I'm new on this site, and I have to ask... why do people complain so much about this kind of thing? The more and more I read around, the more pointless bickering I see about mindless details of things completely out of their control. People poking jabs at pretty much whoever they can, for any reason they can. It's very discouraging to try and be part of a community when a lot of what you see is this kind of thing.


----------



## yockee (Oct 9, 2013)

Rubiks560 said:


> Not that I'm complaining (especially because I needed a new 4x4)
> But I seriously better not have gotten picked because I didn't get picked for the 2x2.



Chris, don't take what I said as me hinting at any inside knowledge, I honestly have no idea. I wasn't saying that was or wasn't the reason and don't know anything about it.
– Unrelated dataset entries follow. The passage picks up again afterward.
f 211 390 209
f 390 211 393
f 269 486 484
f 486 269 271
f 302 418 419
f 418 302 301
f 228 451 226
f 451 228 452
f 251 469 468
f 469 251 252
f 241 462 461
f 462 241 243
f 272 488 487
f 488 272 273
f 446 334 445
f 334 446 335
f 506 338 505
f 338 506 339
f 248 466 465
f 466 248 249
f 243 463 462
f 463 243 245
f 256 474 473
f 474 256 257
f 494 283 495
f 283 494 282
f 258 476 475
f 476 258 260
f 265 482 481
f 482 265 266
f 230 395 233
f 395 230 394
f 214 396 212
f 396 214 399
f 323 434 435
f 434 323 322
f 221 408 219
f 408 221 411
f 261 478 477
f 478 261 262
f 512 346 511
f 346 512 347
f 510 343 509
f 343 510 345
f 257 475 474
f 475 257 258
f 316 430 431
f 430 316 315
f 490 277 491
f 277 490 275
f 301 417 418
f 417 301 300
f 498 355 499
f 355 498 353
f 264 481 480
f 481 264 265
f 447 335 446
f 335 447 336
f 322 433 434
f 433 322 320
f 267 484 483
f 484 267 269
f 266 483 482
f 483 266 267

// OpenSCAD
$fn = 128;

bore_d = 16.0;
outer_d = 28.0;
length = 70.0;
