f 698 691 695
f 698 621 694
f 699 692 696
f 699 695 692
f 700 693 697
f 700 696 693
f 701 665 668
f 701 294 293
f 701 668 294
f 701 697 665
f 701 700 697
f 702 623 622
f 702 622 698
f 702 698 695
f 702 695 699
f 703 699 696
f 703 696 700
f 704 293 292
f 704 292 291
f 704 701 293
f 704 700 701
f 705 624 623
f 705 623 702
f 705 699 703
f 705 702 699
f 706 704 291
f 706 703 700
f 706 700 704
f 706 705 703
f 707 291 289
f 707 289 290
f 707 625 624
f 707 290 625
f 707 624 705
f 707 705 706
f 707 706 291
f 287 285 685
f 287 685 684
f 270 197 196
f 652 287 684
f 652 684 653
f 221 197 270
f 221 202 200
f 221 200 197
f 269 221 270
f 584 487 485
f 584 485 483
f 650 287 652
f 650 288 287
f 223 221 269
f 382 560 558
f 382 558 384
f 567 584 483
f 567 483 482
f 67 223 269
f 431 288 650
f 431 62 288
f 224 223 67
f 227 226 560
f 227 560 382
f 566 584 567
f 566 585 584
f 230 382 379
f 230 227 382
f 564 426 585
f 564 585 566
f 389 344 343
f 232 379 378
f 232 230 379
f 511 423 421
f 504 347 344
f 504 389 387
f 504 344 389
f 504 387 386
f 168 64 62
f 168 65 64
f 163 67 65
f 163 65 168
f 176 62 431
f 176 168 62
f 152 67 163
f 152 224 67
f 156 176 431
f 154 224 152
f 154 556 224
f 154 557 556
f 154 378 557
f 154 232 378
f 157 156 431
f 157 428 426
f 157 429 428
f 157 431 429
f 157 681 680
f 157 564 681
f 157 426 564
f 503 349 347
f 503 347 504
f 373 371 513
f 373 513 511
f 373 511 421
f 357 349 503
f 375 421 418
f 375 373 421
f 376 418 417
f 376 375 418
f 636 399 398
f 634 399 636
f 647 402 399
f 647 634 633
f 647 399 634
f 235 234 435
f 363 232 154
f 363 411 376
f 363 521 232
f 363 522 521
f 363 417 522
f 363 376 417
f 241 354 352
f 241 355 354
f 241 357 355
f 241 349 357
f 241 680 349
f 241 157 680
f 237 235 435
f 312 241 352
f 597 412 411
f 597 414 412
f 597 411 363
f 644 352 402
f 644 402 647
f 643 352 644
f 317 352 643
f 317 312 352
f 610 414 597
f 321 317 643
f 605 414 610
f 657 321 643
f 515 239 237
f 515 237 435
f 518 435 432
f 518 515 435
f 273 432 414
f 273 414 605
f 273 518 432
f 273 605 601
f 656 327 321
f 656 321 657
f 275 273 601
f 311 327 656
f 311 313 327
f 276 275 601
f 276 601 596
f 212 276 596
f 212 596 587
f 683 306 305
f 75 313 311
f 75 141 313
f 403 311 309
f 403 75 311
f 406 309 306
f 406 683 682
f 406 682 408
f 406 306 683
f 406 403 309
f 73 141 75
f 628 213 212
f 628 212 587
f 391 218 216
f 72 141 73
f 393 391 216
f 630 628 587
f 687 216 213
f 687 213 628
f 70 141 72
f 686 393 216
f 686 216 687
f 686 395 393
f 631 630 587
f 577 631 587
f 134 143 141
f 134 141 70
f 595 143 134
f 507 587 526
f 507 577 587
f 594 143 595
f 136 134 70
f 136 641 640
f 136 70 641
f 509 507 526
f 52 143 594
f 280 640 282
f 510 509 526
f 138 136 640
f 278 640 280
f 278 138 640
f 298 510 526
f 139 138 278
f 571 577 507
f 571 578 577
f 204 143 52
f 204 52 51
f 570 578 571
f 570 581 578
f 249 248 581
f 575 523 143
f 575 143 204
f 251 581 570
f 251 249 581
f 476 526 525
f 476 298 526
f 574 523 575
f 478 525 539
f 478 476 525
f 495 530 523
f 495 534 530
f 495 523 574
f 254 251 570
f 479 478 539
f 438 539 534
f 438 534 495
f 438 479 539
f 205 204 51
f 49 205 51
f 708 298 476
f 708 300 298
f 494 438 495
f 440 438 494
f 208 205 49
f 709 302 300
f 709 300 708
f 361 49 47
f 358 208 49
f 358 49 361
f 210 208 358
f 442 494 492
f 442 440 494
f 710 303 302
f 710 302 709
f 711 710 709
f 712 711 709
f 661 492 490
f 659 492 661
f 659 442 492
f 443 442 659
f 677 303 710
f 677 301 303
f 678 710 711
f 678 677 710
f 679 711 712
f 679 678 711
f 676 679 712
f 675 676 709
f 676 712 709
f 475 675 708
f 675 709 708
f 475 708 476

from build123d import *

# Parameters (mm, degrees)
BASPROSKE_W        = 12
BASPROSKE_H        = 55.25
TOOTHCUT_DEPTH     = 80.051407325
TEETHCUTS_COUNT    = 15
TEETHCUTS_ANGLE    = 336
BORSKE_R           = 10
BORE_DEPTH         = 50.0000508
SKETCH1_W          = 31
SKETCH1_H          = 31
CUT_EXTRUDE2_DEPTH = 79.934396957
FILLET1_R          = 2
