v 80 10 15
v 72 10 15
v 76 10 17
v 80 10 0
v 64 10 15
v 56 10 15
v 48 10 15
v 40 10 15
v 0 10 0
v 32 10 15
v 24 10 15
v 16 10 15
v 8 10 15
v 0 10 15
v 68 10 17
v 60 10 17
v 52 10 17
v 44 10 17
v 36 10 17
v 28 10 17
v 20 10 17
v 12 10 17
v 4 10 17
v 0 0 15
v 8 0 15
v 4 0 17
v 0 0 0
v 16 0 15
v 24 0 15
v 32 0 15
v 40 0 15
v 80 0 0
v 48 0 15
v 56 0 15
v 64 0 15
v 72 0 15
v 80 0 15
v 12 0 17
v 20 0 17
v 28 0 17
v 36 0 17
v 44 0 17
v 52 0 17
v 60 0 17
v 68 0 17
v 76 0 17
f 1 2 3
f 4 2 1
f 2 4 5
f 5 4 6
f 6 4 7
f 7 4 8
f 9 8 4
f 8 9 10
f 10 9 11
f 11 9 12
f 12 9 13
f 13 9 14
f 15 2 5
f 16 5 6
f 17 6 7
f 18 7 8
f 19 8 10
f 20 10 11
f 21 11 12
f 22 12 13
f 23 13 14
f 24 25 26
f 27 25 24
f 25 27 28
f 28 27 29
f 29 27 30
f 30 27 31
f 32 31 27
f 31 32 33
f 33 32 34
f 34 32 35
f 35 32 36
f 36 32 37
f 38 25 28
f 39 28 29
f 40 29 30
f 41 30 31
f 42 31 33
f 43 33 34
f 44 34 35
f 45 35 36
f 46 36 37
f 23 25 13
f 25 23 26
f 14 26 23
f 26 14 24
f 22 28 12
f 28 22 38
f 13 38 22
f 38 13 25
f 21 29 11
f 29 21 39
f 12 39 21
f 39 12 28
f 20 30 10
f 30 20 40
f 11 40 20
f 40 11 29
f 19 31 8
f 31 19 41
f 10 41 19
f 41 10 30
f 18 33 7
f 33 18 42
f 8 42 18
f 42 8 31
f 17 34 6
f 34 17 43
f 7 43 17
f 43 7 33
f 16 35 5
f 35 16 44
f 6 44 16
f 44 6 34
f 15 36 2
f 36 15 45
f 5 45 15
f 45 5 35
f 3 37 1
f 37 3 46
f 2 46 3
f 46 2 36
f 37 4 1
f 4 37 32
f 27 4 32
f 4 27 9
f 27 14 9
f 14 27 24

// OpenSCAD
// Science Manipulable - Friction

// Parameters

/* [Parameters] */
base_length = 80;
base_width = 10;
base_height = 15;
teeth_height = 2;
num_teeth = 10;


/* [Hidden] */
teeth_width = base_length/num_teeth;

// isosolese triangle module
module iso_triangle(width,height,thickness)
{
    linear_extrude(height = thickness,center = true)
        polygon(points = [[0,0],[width,0],[width/2,height]],path = [0,1,2]);
}

// Main
cube([base_length,base_width,base_height]);
for(i=[0:num_teeth-1])
{
    echo(i);
    translate([i*teeth_width,base_width/2,base_height])
        rotate([90,0,0])
            iso_triangle(teeth_width,teeth_height,base_width);
}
I wasn't told any info about the selection.


----------



## kcl (Oct 10, 2013)

sellingseals said:


> I'm new on this site, and I have to ask... why do people complain so much about this kind of thing? The more and more I read around, the more pointless bickering I see about mindless details of things completely out of their control. People poking jabs at pretty much whoever they can, for any reason they can. It's very discouraging to try and be part of a community when a lot of what you see is this kind of thing.



That's what I thought at first. Then I realized why they got so aggravated at stuff when it started happening to me.. You'll get used to it.


----------



## sellingseals (Oct 10, 2013)

kclejeune said:


> That's what I thought at first. Then I realized why they got so aggravated at stuff when it started happening to me.. You'll get used to it.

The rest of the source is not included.